• **EXERCISE INSTRUCTIONS**:
Look through the data below for the string "Locations", and copy every line where it turns up.

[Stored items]
......
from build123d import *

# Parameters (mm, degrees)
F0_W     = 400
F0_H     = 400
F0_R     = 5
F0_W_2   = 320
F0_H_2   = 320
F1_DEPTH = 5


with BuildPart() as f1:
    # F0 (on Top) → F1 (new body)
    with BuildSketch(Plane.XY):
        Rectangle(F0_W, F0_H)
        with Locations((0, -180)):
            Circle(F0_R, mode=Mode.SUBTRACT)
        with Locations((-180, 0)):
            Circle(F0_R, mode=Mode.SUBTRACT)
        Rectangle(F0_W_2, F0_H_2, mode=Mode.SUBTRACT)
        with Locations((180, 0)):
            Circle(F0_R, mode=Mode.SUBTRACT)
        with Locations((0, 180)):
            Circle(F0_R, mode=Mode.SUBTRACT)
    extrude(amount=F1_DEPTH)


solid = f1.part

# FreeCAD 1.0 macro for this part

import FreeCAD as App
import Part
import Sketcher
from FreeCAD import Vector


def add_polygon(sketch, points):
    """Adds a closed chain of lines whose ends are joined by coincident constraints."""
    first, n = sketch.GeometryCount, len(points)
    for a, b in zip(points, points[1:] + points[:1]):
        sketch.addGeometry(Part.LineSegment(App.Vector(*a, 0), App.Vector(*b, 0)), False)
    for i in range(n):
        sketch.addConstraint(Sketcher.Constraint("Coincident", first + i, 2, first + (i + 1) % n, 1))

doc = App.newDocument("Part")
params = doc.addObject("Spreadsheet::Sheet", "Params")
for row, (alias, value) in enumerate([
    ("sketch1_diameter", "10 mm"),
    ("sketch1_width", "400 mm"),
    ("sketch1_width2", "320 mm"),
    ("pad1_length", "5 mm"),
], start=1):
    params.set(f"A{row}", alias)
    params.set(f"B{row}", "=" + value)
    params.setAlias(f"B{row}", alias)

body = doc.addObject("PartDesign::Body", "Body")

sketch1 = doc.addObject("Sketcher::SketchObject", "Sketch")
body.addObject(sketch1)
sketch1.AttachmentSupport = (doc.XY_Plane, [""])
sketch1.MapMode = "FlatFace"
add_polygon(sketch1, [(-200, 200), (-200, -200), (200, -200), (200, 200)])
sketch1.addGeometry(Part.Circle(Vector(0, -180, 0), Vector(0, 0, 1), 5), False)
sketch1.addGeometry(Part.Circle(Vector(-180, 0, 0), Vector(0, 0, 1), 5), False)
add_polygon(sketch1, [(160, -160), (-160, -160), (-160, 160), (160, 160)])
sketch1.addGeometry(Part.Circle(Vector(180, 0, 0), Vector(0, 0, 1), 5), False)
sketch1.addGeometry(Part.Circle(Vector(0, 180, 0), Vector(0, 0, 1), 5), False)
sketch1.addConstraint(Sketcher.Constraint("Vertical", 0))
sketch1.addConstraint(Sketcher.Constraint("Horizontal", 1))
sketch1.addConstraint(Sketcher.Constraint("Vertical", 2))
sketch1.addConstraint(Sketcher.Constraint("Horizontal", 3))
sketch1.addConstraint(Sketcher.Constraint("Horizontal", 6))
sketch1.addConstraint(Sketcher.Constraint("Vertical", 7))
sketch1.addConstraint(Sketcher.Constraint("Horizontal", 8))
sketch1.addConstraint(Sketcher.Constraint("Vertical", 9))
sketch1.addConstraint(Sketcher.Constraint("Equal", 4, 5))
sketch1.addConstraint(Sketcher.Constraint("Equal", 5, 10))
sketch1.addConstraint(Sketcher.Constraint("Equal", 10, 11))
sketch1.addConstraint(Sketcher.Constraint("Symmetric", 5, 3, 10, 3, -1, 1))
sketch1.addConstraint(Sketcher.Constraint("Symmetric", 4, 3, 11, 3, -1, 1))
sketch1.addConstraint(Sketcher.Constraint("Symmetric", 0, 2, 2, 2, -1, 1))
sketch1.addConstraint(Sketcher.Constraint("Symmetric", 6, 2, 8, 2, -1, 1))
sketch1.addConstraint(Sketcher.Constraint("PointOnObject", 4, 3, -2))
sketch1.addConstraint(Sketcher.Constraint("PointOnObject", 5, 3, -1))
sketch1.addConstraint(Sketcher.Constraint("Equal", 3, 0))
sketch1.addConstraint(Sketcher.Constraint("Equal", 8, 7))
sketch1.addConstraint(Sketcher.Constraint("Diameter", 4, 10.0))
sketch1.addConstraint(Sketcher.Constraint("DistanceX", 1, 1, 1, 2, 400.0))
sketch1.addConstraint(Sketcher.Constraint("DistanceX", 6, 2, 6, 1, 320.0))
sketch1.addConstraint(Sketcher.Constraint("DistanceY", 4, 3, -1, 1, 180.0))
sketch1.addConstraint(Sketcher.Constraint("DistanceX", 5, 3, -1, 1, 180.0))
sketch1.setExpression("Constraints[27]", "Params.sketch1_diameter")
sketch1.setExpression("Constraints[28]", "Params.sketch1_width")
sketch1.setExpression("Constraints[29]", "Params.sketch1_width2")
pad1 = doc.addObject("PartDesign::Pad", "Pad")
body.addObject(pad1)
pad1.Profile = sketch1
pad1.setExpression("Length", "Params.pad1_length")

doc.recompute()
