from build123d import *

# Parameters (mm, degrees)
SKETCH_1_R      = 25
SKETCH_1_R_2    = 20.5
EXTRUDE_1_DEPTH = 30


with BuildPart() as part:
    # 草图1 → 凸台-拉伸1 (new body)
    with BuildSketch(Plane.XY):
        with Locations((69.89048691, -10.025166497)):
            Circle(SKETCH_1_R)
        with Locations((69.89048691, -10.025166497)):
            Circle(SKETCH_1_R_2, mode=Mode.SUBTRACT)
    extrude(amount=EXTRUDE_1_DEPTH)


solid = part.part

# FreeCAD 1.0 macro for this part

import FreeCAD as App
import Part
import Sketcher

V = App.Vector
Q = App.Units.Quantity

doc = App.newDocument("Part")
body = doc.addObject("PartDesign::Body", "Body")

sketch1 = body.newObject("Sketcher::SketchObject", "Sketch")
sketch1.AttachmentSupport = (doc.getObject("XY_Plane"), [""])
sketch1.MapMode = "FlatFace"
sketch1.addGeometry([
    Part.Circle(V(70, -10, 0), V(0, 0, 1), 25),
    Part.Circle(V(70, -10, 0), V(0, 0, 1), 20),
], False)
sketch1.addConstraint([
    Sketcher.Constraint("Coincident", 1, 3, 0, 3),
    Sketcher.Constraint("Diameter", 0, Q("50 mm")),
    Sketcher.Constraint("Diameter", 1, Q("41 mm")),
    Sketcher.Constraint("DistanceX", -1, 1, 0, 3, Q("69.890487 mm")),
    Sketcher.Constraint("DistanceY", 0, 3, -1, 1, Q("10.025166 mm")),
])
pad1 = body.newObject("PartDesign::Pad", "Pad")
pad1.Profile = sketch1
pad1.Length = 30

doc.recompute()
......
• **RESPONSE TO THIS TASK**:
        with Locations((0, -180)):
        with Locations((-180, 0)):
        with Locations((180, 0)):
        with Locations((0, 180)):
        with Locations((69.89048691, -10.025166497)):
        with Locations((69.89048691, -10.025166497)):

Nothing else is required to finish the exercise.